As Mascia grew older, she saw a darker side to her father. She remembers him “summoning rage in a heartbeat. He did cocaine to drink longer. If I misbehaved his eyes popped and neck tensed. He would dole out rage, but also forgiveness. How else do you terrorise somebody?” Mascia recalls many painful moments: when the police came to take him away in 1983; his secret affair, or night of passion, with Rita, his wife’s sister. In July 1999, John was diagnosed with advanced lung cancer, and in June 2000 Mascia discovered, via the internet, the real reason that he had been imprisoned in 1963. “I was horrified but not surprised. Part of me felt vindicated. When I saw he had committed murder, I knew my curiosity was justified.”

But Mascia didn’t tackle him: the principle of omertà — the code of silence that reigns among crime families — had seeped into her. “My mother had a heart attack and he drove me to the hospital,” Mascia recalls. “He told me that she was really 43, not 38 as I thought. I said, ‘Don’t worry, she told me your secrets too’. I meant him going to jail, but he knew that there was much more. I couldn’t ask him. I was still under my mother’s ‘Don’t tell’ spell.” Her father died in May 2001. In 2005 her mother was also diagnosed with lung cancer. A year later she died of a heart attack, after telling Mascia about the killing of Palermo and the others. In 2006, employed at The New York Times, Mascia used the paper’s research tools to discover the whole truth. “I’d always feared that he’d committed other horrible acts. I was forced to look at my mother in a new light. What I’d thought was devotion between a husband and wife was really an unhealthy co-dependence. Even though my dad was a good father and loved my mother deeply, she deserved more than to parent him. The thing that saved them from being totally reprehensible was that we were family, a unit.” She still loves her father, “and because I can’t question him about this, it’s like there are two John Mascias: the one from my childhood I remember fondly and the one constructed of criminal records, interviews and newspaper clippings. Those two John Mascias will never meet.”

What would Jennifer ask her father now? “How many people did he really kill? Did he have nightmares about it, like my mother said? Did he only sleep with my aunt once?” And her mother? “Why stay with him? What did he really tell her about the other murders? How could she not have guessed about my father’s affair with Rita?” Mascia laughs: just like her mother she once was addicted to rescuing people and had a series of partners who were older, damaged or violent. “It wouldn’t take Freud to work out why,” she says. “I nearly married my father.”

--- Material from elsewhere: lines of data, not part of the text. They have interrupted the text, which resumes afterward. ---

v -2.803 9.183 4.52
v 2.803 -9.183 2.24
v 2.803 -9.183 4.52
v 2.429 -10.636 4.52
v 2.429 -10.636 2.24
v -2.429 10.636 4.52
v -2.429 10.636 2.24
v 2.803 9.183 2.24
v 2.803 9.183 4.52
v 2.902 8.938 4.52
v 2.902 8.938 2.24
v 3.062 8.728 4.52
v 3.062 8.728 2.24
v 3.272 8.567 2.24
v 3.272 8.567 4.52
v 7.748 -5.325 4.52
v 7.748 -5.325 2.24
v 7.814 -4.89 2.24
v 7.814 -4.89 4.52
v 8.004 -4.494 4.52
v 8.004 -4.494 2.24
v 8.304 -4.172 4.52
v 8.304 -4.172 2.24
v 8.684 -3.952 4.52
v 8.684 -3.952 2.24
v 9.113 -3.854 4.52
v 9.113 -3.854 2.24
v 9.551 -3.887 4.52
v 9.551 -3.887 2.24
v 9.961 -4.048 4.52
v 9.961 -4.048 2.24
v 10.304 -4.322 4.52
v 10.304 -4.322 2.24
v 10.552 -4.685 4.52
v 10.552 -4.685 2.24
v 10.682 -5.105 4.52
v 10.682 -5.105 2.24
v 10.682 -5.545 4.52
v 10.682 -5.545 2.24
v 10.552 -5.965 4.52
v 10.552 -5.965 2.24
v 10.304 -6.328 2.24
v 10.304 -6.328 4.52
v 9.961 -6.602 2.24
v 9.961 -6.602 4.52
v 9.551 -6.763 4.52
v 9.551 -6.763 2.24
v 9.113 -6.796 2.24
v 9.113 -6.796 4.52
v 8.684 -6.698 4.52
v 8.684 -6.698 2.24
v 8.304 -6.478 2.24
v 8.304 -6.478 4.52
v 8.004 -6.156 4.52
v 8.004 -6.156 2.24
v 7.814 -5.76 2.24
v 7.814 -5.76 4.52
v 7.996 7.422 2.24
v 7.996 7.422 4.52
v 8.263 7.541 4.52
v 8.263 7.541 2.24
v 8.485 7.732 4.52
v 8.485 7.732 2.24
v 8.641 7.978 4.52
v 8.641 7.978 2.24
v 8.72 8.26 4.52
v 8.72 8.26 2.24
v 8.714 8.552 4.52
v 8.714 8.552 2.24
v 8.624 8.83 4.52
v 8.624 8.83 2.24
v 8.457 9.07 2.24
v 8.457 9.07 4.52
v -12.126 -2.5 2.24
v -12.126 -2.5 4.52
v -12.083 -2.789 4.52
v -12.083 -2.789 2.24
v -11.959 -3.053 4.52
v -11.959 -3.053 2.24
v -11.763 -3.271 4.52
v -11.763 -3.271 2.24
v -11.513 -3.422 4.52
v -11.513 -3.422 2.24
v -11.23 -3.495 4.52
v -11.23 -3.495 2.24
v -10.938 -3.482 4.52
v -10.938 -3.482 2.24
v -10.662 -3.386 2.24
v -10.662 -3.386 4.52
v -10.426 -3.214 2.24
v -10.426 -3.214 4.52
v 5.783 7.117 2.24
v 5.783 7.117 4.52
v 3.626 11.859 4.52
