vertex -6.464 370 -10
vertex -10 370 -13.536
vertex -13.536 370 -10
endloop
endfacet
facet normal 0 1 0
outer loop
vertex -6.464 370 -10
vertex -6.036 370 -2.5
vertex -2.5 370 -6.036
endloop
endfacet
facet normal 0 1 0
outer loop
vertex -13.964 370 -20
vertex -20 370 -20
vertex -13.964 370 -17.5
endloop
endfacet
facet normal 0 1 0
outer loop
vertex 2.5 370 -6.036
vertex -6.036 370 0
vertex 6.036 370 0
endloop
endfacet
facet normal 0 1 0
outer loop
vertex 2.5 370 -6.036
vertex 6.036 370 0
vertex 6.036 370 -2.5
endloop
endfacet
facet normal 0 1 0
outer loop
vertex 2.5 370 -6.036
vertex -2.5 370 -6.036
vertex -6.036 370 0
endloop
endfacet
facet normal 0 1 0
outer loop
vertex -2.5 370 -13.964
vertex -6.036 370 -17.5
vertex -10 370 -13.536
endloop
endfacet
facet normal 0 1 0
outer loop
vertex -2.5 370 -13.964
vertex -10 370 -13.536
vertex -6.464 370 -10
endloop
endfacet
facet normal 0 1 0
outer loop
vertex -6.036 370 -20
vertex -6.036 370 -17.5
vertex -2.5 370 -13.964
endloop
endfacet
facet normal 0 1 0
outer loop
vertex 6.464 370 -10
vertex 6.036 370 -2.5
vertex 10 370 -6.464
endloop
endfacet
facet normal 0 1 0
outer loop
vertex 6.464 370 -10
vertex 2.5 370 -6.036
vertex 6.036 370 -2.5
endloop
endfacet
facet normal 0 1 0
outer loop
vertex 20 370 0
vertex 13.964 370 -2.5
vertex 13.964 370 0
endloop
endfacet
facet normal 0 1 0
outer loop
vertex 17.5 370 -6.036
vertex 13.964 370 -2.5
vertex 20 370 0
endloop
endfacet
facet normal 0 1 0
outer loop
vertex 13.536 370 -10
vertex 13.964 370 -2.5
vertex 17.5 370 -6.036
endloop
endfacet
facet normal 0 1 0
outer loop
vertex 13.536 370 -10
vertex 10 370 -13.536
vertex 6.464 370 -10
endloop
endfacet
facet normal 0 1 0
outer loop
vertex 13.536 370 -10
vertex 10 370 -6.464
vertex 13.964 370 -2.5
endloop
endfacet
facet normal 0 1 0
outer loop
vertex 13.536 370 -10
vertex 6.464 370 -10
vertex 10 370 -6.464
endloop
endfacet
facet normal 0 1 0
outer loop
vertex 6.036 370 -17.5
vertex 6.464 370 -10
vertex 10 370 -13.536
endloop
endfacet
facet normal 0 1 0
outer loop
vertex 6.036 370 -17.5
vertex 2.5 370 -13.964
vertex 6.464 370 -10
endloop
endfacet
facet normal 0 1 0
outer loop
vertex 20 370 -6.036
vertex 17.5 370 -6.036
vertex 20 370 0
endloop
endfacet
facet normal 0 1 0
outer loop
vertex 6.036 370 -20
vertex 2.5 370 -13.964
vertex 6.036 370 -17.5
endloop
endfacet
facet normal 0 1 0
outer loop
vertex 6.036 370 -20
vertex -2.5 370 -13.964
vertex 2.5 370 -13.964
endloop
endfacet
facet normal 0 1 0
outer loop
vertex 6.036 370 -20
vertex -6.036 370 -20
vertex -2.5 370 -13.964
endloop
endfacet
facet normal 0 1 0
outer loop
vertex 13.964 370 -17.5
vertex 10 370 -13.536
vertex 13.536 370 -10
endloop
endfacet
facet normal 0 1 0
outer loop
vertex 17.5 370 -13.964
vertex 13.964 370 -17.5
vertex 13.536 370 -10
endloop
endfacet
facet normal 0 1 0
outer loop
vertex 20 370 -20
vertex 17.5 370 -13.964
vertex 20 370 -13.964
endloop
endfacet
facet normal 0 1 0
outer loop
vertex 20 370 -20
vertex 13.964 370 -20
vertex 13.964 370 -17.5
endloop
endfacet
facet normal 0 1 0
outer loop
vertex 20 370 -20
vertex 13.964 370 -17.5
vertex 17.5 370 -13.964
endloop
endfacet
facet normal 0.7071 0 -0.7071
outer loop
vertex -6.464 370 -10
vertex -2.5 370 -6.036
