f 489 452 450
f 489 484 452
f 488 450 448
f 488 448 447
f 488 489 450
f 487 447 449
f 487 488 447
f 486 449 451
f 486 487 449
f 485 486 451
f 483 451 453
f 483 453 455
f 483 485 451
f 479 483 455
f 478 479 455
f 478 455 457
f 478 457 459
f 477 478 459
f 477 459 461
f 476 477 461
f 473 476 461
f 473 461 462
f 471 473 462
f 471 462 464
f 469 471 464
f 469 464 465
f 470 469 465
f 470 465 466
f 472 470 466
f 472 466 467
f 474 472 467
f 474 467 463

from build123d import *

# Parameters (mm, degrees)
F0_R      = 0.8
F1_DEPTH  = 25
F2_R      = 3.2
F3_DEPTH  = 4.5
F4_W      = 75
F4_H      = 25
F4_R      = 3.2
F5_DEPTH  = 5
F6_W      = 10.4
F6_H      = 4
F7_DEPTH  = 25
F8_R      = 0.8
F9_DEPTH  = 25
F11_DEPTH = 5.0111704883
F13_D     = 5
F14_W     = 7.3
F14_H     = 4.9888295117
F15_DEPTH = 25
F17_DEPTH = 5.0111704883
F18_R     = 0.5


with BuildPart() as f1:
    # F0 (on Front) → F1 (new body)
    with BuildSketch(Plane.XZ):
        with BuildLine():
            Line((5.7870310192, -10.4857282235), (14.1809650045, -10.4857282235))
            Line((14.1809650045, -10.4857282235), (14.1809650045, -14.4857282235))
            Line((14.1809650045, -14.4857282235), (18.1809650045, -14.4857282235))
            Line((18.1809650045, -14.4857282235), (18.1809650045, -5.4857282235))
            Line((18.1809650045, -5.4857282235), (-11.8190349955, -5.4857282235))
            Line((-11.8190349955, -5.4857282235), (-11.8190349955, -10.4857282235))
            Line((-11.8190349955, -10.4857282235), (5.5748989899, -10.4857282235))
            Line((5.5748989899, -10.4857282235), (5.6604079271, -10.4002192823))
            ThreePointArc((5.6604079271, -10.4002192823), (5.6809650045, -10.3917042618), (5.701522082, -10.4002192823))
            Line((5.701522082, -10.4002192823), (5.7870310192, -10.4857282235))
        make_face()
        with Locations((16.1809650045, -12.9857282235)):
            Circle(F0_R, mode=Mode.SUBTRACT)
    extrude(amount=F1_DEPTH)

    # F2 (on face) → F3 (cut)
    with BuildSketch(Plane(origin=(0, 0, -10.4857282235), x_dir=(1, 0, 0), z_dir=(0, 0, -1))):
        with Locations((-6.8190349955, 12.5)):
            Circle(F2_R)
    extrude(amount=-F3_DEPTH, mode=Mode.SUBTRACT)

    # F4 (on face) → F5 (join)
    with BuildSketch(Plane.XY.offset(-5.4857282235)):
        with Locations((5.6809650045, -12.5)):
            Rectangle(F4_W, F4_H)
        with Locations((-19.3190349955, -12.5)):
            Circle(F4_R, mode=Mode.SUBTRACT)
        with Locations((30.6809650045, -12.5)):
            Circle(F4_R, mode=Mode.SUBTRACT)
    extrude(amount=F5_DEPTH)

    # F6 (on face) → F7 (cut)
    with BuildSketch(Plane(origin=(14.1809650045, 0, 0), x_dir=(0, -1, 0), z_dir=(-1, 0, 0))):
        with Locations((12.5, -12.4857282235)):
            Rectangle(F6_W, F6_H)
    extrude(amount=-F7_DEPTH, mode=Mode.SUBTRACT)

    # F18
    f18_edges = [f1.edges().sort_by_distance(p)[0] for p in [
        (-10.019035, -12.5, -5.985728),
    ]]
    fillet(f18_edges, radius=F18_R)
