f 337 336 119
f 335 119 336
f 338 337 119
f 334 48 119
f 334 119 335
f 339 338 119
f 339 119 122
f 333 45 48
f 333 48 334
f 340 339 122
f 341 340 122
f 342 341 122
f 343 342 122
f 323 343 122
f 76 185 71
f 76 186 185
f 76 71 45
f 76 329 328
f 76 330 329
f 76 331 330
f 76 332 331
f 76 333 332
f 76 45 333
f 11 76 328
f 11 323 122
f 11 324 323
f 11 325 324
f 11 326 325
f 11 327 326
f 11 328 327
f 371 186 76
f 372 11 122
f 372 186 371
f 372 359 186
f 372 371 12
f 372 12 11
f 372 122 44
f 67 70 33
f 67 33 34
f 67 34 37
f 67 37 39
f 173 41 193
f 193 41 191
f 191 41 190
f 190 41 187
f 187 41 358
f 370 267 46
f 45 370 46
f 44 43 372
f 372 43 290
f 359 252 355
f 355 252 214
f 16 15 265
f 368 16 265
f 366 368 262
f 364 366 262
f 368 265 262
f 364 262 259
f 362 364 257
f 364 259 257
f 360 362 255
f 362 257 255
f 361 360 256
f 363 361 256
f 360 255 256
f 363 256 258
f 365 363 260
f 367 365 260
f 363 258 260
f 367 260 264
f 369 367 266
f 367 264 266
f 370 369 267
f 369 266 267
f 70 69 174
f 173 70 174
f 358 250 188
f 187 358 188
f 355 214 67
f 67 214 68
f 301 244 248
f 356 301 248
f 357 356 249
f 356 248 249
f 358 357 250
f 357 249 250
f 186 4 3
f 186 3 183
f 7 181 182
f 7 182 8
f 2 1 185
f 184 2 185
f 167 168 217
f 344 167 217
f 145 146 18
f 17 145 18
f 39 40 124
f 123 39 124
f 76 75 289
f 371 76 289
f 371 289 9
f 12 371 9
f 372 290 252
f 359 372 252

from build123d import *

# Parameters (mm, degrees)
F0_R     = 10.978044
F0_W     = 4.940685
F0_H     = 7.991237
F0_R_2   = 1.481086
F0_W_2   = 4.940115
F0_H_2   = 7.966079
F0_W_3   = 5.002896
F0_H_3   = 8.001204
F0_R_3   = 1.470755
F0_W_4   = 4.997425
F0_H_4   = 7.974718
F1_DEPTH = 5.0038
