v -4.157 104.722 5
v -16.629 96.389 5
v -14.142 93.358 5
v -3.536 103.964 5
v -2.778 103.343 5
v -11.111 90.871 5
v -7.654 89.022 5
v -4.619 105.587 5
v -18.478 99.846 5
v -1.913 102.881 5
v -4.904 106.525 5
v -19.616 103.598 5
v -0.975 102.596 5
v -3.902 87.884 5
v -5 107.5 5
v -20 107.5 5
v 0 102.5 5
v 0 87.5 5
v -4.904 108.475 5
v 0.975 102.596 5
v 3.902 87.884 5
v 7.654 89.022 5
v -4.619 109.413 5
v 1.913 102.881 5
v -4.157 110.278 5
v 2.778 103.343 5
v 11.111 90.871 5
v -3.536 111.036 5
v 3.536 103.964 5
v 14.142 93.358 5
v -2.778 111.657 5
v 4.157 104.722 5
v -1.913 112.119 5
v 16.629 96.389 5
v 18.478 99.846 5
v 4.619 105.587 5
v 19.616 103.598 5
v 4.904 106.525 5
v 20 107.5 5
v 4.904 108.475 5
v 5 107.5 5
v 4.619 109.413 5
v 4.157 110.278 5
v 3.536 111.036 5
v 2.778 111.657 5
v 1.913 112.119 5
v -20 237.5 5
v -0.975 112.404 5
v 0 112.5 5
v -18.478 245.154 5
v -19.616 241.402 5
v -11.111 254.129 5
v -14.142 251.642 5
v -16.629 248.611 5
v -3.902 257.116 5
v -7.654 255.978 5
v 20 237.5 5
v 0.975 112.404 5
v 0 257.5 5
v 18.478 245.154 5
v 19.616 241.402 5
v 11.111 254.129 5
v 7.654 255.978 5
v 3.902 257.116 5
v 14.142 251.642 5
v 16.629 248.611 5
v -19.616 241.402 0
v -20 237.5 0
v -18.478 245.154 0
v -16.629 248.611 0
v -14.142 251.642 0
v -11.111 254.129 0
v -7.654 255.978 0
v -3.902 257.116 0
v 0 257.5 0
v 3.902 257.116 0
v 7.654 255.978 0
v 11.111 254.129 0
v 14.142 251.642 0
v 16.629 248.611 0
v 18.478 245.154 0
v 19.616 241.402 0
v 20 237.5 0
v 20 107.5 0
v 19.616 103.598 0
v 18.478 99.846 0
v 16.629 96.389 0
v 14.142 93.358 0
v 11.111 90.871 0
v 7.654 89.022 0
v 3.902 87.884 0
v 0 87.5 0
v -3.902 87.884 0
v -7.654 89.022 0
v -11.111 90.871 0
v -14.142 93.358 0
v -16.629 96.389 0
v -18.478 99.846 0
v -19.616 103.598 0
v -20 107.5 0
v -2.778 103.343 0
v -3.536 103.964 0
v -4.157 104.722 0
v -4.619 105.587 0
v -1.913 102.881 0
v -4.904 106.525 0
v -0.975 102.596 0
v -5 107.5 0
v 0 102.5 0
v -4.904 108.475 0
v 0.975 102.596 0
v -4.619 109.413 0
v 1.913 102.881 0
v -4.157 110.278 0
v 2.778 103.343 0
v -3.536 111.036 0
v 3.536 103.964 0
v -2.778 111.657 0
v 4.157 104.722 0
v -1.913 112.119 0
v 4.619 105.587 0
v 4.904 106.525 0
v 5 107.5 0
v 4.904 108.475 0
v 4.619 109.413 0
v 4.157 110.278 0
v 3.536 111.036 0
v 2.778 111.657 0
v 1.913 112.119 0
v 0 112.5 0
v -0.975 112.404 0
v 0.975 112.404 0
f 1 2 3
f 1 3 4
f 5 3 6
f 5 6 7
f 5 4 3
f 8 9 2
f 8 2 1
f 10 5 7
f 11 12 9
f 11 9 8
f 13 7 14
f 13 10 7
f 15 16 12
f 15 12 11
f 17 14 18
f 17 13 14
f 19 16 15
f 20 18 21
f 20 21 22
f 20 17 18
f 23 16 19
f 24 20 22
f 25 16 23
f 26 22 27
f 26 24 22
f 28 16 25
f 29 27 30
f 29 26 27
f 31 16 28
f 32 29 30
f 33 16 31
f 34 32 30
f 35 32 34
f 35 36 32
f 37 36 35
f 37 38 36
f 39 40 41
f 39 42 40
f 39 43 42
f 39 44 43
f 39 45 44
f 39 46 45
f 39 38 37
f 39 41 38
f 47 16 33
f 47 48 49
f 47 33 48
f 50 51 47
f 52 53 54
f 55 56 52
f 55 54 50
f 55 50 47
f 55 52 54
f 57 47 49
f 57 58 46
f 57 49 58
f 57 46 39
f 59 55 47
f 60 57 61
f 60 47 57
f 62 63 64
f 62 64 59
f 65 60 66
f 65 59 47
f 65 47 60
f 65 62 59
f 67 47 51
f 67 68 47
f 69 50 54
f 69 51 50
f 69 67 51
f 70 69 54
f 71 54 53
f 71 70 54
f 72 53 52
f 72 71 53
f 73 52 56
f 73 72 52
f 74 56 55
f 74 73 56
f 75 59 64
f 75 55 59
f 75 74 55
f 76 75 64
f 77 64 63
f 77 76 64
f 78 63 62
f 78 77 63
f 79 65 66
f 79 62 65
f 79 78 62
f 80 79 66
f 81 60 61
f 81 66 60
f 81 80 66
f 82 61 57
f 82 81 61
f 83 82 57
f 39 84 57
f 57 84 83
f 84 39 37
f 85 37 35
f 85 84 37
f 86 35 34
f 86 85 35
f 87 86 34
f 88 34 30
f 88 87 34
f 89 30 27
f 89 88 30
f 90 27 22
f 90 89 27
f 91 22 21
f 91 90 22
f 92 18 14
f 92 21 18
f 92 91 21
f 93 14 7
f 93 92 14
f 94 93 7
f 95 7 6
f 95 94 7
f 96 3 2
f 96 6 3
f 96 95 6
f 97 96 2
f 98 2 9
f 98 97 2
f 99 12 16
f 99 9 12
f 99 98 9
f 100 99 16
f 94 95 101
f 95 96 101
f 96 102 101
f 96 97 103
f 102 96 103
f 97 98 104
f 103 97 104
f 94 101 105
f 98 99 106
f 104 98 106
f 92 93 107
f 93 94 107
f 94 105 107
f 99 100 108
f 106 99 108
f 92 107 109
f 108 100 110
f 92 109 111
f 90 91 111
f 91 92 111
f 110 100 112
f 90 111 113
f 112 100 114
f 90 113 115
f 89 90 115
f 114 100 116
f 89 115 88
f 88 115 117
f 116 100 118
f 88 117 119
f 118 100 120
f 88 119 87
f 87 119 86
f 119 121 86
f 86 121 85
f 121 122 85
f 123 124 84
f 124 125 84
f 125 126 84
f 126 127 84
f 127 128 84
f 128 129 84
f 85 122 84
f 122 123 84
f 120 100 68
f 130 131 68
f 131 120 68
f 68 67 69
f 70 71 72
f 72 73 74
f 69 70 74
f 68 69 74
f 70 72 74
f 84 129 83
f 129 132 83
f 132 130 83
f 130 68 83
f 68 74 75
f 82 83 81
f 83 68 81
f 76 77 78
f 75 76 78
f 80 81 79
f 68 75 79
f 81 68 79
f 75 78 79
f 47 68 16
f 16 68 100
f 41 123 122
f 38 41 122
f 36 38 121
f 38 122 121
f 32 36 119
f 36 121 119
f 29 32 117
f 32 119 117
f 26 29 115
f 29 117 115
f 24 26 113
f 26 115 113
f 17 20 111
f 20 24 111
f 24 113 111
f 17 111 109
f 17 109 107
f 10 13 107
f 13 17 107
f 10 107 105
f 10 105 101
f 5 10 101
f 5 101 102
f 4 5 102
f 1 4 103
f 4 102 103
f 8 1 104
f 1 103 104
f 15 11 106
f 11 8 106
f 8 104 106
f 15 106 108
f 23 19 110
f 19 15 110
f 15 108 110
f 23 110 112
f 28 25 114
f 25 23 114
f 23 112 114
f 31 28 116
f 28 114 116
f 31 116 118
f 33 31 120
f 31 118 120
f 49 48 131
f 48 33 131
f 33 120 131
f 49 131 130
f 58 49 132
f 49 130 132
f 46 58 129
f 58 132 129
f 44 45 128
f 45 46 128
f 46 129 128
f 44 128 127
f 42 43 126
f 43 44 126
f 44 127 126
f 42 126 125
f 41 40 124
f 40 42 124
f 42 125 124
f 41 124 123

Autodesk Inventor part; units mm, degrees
ref_plane "YZ Plane" through (0, 0, 0) normal (1, 0, 0) x (0, 1, 0)
ref_plane "XZ Plane" through (0, 0, 0) normal (0, 1, 0) x (-1, 0, 0)
ref_plane "XY Plane" through (0, 0, 0) normal (0, 0, 1) x (1, 0, 0)
ref_plane "Work Plane1" through (0, 0, 0) normal (0, 0, 1) x (1, 0, 0)
sketch "Sketch1" plane through (0, 0, 0) normal (0, 0, 1) x (1, 0, 0)
  circle A0 centre (0, 107.5) radius 10 projected
  circle A1 centre (0, 107.5) radius 5 projected
  line L0 (20, 237.5) -> (-20, 237.5)
  line L1 (-20, 237.5) -> (-20, 87.5)
  line L2 (-20, 87.5) -> (20, 87.5)
  line L3 (20, 87.5) -> (20, 237.5)
  circle A2 centre (0, 107.5) radius 20
  circle A3 centre (0, 237.5) radius 20
  point P0 (0, 0)
  point P1 (-20, 107.5)
  point P2 (20, 107.5)
  dimension "d0" = 40
  dimension "d1" = 150
  dimension "d2" = 20
  dimension "d4" = 20
  dimension "d5" = 40
  dimension "d6" = 130
extrude "Extrusion1" add sketch "Sketch1" along normal blind 5 contours A0 | A3 L0 | L0 A3 | L3 A2 L1 A3 | A2
properties part number "Link3base"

She says she wants to “to build a family with the stability I didn’t have”, and since last September has been in a settled relationship with Adam Wiesner, a production manager for commercials, TV and film. “Adam’s only trauma has been his parents’ divorce. It’s refreshing,” she says.

How would her parents have felt about the book? “I would have been grounded for the rest of my life. My mother would have felt my father’s name was being tainted.”

Mascia is determined to live a more fulfilled life than her mother. She recently met the wife of someone who knew Thomas Palermo, the man her father killed in 1977. “She told me that to my father people like Palermo were intruders, threatening his mobster ‘family’,” Mascia says. After her book was published in the US, two of Palermo’s grandchildren contacted her for details of their grandfather’s murder. “I didn’t know what to tell them, or whether to talk to them,” Mascia says. “I was worried that they’d take their anger out on me.” She may have to get used to such intrusions: more painful surprises from her family’s past may yet emerge.